RU2024108C1 - Dielectric-isolated integrated circuit manufacturing process - Google Patents

Abstract

FIELD: microelectronics. SUBSTANCE: in manufacturing dielectric-isolated integrated circuit, isolating grooves are etched on plain-parallel single-crystal low-alloyed silicon chip, high-alloyed buried layer of same polarity of conductivity as chip is formed, insulating oxide and single-crystal silicon substrate are formed, single-crystal silicon is removed to shape isolated pockets, transistor structures are formed in isolated pockets, ports are opened for high-alloyed regions joined with buried layer; in the process, measures are taken to prevent their boundaries from emerging beyond isolated pockets at point where pocket boundary is crossed by deposited bus; high-alloyed regions are formed, dielectric is deposited on surfaces of high-alloyed regions, ports are opened for contacts to single-crystal silicon, metallization buses are formed. EFFECT: facilitated manufacture of dielectric-isolated high-voltage power integrated circuits. 2 dwg, 1 tbl

Description

 The invention relates to the technology of manufacturing silicon high-voltage high-power circuits with dielectric insulation.

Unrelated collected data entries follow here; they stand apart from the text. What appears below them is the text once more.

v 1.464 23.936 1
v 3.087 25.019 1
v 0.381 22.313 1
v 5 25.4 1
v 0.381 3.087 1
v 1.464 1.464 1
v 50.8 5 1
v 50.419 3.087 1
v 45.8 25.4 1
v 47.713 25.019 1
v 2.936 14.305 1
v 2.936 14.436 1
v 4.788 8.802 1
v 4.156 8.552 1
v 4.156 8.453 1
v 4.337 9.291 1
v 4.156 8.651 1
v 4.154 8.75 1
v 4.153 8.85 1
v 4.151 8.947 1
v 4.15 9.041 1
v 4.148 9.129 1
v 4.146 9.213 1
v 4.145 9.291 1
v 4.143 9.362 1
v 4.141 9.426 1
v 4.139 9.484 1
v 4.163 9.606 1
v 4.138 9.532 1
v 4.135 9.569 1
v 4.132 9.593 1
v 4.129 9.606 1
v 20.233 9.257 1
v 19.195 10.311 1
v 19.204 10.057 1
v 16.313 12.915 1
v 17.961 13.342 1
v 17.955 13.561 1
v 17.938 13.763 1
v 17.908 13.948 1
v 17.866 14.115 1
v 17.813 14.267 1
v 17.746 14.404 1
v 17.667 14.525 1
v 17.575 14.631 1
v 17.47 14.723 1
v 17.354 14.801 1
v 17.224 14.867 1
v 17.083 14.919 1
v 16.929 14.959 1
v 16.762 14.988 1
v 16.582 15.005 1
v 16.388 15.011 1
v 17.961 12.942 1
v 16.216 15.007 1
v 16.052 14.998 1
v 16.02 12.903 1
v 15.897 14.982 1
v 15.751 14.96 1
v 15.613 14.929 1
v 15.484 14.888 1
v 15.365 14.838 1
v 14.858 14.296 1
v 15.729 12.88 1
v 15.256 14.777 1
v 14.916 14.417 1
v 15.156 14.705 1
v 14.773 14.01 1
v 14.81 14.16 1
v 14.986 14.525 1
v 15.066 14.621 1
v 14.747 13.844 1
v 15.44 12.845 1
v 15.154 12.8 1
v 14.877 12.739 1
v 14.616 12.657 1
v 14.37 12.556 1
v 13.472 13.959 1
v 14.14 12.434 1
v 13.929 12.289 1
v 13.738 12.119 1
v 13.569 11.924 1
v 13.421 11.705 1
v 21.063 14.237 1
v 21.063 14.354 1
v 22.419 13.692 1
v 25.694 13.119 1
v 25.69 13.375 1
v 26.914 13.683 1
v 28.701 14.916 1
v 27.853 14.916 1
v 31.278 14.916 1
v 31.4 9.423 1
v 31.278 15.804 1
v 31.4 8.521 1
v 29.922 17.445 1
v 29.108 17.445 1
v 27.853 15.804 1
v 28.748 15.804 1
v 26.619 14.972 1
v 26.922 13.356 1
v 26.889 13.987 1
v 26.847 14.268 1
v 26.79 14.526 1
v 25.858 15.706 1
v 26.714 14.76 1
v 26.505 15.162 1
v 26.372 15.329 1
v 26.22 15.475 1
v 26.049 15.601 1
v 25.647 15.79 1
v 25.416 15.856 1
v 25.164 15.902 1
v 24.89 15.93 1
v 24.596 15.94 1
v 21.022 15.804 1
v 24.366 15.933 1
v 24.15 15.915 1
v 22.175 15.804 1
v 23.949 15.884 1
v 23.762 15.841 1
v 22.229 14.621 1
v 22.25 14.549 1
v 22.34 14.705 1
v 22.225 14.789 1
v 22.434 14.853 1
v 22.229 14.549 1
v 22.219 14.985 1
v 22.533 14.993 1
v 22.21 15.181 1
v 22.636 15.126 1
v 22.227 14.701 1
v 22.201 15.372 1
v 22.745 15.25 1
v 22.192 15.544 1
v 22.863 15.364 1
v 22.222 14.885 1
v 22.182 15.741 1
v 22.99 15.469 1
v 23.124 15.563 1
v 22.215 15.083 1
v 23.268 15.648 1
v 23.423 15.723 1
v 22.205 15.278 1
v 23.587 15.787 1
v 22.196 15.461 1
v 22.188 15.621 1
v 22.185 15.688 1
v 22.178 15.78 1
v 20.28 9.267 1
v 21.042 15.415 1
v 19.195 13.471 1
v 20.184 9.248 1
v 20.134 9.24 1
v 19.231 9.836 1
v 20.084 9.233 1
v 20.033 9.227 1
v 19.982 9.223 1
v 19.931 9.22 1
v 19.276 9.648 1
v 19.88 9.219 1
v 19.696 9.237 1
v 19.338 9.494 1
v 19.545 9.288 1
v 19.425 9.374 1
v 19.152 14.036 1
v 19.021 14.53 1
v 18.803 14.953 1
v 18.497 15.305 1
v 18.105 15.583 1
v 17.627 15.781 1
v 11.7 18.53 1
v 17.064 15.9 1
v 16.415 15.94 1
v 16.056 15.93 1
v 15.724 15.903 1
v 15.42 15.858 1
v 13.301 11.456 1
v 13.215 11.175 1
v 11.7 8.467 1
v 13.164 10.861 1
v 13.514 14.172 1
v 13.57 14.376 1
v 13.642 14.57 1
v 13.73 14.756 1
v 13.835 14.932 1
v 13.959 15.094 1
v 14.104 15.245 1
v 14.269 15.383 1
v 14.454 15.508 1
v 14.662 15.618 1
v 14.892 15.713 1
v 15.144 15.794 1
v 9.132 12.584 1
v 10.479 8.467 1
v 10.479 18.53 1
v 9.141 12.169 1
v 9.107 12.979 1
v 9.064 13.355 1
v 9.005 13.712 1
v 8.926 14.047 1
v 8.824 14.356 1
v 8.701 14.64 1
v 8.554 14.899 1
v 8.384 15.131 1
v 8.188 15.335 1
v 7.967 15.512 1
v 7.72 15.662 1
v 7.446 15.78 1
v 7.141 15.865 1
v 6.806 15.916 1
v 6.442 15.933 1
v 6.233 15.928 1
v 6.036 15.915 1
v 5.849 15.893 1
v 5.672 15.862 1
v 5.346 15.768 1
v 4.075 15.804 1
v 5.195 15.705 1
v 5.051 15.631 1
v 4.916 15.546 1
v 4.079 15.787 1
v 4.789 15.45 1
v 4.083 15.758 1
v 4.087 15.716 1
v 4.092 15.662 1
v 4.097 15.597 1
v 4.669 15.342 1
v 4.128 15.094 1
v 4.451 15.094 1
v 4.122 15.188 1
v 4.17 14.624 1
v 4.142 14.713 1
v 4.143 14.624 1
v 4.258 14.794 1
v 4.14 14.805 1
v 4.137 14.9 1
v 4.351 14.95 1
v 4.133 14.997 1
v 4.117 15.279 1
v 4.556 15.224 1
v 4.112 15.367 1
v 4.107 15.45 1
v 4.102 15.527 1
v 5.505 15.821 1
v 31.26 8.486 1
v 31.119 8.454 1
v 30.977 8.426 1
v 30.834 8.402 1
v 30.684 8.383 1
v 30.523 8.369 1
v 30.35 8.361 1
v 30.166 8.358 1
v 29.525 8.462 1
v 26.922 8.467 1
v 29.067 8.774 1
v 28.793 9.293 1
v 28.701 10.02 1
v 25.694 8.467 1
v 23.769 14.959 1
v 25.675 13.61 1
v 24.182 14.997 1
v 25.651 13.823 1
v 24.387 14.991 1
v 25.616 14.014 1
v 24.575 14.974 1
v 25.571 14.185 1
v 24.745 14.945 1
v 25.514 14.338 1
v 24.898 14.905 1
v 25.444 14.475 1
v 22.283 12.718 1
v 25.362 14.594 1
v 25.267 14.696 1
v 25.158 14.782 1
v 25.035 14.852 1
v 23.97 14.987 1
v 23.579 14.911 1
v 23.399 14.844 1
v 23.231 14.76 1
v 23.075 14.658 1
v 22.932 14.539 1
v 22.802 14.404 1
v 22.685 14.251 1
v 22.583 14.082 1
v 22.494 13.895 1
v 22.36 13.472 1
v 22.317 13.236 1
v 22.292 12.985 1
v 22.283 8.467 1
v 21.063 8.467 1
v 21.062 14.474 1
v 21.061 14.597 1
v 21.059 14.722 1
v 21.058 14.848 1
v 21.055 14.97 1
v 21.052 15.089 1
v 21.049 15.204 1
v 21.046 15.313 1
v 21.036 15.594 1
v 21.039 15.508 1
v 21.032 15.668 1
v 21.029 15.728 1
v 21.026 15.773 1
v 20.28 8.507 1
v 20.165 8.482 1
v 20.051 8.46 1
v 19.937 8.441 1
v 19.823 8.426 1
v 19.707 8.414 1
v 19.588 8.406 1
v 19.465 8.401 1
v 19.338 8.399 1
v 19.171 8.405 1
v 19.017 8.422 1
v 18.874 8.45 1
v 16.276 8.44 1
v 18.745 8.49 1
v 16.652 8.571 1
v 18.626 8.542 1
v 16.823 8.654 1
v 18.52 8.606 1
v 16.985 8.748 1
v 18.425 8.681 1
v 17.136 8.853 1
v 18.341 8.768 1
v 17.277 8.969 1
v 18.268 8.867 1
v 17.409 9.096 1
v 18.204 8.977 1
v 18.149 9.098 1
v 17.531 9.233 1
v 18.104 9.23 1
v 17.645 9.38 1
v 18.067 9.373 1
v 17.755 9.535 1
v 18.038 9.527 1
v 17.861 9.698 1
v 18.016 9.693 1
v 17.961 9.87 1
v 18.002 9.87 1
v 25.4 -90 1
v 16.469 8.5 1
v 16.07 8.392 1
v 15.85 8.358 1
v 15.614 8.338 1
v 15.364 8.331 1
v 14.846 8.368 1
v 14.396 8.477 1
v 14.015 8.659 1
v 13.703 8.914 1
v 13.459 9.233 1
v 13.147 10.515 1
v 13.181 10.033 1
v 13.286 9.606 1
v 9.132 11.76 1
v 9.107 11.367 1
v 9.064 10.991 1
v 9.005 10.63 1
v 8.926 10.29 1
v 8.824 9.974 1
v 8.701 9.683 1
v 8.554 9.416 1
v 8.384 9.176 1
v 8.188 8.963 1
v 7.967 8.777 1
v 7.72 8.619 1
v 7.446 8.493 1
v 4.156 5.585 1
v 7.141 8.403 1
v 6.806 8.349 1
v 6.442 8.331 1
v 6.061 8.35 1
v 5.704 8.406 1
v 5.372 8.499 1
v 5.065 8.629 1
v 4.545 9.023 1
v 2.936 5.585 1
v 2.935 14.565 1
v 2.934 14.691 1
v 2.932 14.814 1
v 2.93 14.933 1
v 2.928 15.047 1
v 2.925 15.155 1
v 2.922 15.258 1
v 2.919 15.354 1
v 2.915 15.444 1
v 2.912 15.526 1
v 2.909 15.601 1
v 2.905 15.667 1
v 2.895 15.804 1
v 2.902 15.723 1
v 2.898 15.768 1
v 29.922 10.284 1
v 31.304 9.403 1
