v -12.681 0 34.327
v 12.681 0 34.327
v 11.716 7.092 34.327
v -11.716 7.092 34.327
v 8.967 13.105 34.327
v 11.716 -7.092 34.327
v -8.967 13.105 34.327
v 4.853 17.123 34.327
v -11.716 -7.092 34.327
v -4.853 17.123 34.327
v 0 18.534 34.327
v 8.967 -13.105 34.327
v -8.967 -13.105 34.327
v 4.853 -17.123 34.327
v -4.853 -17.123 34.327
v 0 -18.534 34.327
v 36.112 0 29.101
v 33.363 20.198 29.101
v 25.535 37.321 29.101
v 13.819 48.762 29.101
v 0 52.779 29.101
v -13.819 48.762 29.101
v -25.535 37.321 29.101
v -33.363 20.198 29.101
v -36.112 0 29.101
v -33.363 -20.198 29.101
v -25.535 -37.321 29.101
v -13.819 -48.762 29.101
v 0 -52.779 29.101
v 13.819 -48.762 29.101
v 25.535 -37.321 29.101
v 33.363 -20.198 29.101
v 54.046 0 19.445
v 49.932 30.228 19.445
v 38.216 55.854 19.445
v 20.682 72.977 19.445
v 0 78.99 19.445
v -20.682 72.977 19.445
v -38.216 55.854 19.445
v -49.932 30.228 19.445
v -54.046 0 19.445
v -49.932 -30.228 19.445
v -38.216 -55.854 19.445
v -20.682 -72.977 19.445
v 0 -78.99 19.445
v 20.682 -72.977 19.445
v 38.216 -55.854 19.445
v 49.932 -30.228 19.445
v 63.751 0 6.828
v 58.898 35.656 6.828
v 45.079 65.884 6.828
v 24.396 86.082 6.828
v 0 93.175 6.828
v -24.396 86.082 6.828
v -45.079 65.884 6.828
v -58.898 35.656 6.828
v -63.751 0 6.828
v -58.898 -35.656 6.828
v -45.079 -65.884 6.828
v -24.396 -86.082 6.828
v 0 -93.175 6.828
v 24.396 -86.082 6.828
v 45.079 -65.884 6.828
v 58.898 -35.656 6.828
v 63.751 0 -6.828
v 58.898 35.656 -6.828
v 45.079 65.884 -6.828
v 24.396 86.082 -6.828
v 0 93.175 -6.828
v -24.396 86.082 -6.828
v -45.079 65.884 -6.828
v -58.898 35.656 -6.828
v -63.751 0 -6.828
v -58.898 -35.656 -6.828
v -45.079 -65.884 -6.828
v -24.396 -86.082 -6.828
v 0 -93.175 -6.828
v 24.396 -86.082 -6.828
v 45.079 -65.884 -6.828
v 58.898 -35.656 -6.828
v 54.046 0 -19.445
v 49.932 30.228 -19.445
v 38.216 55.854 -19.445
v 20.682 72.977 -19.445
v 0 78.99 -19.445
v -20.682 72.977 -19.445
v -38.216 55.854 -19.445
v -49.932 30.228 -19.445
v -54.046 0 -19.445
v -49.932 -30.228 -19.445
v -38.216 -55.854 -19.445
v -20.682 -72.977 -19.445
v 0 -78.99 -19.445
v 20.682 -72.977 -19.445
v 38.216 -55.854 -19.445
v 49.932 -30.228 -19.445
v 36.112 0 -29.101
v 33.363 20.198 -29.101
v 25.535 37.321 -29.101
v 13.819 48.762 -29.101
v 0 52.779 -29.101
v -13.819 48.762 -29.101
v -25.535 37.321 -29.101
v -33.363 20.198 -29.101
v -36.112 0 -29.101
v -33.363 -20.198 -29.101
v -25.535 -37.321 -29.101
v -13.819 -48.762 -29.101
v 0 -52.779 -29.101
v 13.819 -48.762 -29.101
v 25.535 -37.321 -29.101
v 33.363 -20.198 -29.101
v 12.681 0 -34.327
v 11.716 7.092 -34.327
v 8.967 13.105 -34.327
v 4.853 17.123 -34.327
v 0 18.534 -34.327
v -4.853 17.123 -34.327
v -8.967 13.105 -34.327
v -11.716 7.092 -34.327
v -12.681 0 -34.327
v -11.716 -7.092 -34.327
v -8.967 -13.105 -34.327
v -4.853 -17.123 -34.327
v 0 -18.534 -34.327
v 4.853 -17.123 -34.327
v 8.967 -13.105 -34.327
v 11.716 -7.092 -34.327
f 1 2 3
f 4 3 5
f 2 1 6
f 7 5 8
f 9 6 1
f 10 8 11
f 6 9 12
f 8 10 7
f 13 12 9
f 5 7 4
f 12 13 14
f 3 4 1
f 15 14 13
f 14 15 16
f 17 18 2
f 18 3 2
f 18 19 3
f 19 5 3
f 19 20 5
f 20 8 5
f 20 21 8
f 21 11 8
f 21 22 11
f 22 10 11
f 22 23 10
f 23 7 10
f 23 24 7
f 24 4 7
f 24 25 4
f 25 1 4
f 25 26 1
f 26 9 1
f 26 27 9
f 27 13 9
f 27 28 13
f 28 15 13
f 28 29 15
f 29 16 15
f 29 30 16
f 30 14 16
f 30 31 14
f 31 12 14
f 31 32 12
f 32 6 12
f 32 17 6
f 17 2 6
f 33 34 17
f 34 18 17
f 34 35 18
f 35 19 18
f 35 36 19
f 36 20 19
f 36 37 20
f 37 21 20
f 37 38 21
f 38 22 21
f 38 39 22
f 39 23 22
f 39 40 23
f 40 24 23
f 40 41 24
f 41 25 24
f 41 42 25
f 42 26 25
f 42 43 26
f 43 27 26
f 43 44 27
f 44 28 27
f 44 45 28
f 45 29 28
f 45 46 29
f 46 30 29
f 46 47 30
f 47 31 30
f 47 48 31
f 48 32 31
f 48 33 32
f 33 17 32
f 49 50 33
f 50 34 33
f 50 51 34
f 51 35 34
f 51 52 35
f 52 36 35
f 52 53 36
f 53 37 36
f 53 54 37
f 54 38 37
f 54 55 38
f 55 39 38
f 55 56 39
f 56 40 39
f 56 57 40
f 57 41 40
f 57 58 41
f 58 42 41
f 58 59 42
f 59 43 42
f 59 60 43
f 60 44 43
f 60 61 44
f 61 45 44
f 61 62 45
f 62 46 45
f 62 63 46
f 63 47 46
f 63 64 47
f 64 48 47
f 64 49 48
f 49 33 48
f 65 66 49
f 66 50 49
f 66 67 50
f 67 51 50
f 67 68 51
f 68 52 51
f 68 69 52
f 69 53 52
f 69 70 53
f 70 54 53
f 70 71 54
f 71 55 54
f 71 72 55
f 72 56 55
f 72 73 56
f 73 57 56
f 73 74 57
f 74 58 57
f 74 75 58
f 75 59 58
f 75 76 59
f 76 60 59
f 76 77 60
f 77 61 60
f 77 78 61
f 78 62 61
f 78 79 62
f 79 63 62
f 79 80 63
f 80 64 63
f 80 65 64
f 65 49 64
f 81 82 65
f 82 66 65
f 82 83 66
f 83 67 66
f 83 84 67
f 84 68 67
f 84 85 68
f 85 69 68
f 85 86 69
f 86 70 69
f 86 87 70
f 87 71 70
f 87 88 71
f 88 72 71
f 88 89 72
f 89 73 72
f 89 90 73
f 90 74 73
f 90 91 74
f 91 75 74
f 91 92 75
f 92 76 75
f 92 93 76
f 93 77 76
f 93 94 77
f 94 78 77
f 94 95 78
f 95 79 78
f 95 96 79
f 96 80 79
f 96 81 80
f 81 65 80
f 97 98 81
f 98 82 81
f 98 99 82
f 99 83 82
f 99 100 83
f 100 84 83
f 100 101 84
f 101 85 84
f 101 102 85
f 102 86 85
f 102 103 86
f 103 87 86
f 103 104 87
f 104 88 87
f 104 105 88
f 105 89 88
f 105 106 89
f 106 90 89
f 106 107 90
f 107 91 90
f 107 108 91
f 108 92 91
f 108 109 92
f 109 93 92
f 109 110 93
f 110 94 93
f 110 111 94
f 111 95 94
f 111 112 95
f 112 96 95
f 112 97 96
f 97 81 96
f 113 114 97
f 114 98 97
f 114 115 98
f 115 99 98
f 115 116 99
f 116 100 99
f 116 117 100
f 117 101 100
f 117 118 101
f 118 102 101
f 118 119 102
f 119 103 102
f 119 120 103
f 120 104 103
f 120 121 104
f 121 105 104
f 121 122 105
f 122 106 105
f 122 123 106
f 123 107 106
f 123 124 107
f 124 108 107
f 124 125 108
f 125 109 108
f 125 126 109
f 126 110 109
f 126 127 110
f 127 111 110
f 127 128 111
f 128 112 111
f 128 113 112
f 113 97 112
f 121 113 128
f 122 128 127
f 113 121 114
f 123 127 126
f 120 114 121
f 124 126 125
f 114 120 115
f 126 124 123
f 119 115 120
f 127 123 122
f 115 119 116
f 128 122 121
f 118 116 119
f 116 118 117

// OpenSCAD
// Generated by SolidPython 1.0.1 on 2020-07-29 00:46:51


scale(v = [13, 19, 7]) {
	sphere(r = 5);
}
/***********************************************
*********      SolidPython code:      **********
************************************************
 
# import packages: SolidPython
from solid import *
from solid.utils import *
from itertools import chain, combinations, permutations


class Resize:

    def __init__(self, scad_file):
        self.scad_file = scad_file
        #self.scad_file = import_scad(scad_file)
        # cone/cylinder param:
        self.r1 = 0
        self.r2 = 0
        self.h = 0
        # rectangular prism param:
        self.w = 0
        self.l = 0
        # ellipse param:
        self.r = 0

    # import OpenScad code (file name corresponds to shape)


    # classify shape + parameters
    def assign(self, param1, param2, param3):
        if self.scad_file == 'cone.scad':
            self.r1 = param1
            self.r2 = param2
            self.h = param3
        elif self.scad_file == 'cylinder.scad':
            self.r1 = param1
            self.r2 = param2
            self.h = param3
        elif self.scad_file == 'rectangularPrism.scad':
            self.h = param1
            self.l = param2
            self.w = param3
        else:
            self.r = param1
            self.h = param2

    # resize parameters
    def iterate(self):
        x = range(3, 20, 2)
        i = 1
        if self.scad_file == 'cone.scad':
            tempList = list(permutations(x, 2))
            for temp in tempList:
                param1 = temp[0]
                param2 = temp[1]
                filepath = 'produced_scad_files/' + 'cone' + str(param1) + '_' + str(param2) + '_' + '.scad'
                scad_render_to_file(cylinder(h=param1, r1=param2, r2=0), filepath)

        elif self.scad_file == 'cylinder.scad':
            tempList = list(permutations(x, 3))
            for temp in tempList:
                param1 = temp[0]
                param2 = temp[1]
                filepath = 'produced_scad_files/' + 'cylinder' + str(param1) + '_' + str(param2) + '_' + '.scad'
                scad_render_to_file(cylinder(h=param1, r1=param2, r2=param2), filepath)

        elif self.scad_file == 'rectangularPrism.scad':
            tempList = list(permutations(x, 3))
            for temp in tempList:
                param1 = temp[0]
                param2 = temp[1]
                param3 = temp[2]
                filepath = 'produced_scad_files/' + 'rectangularPrism' + str(param1) + '_' + str(param2) + '_' + str(
                    param3) + '.scad'
                scad_render_to_file(cube(size=(param1, param2, param3)), filepath)

        elif self.scad_file == 'ellipse.scad':
            tempList = list(permutations(x, 4))
            for temp in tempList:
                param1 = temp[0]
                param2 = temp[1]
                param3 = temp[2]
                param4 = temp[3]
                filepath = 'produced_scad_files/' + 'ellipse' + str(param1) + '_' + str(param2) + '_' + str(param3) + '_' + str(param4) + '.scad'
                scad_render_to_file(scale([param1, param2, param3])(sphere(r=param4)), filepath)

    def render_to_scadfile(self):
        scad_render_to_file(scad, 'example.scad') 
 
************************************************/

 A known method of manufacturing high-voltage silicon microcircuits with dielectric insulation, including etching of the separation grooves on a plane parallel monocrystalline low-alloy silicon wafer, forming a heavily doped hidden layer of the same conductivity type as the wafer, on the surface of the etched relief, coating the surface of the relief with insulating oxide and polysilicon substrate, removal single-crystal silicon for the formation of isolated pockets, the formation in karma of transistor structures by the planar technology method, opening windows that do not extend beyond the pockets for heavily doped areas that are adjacent to the hidden layer, forming highly doped areas, forming a dielectric on the surface of heavily doped areas, opening windows in the dielectric to contacts single-crystal silicon, forming metallization buses to chip elements and a hidden layer [1]. A heavily doped region interlocking with the hidden layer is created to reduce the resistance between the hidden layer and the metal contact. This is especially important for high-voltage powerful microcircuits, since monocrystalline silicon with high resistivity is used for their manufacture.

 Between the heavily doped hidden layer and the contact metal, there remains a region of undoped monocrystalline silicon with a high resistivity, which leads to an increase in the residual stresses on the transistors, which is often extremely undesirable. The presence of an undoped monocrystalline silicon region is due to the fact that between the outer boundary of the highly doped region, which is fixed, and the inner boundary of the hidden layer, which changes due to changes in the thickness of the single-crystal silicon pocket, since mechanical stress arises during the formation of the polysilicon substrate and the entire structure experiences bending, a gap from zero (with a minimum thickness of single-crystal silicon) to 8 μm (with a maximum thickness of single-crystal silicon) is possible. It is this unalloyed region that increases the resistance between the metal contact and the hidden layer.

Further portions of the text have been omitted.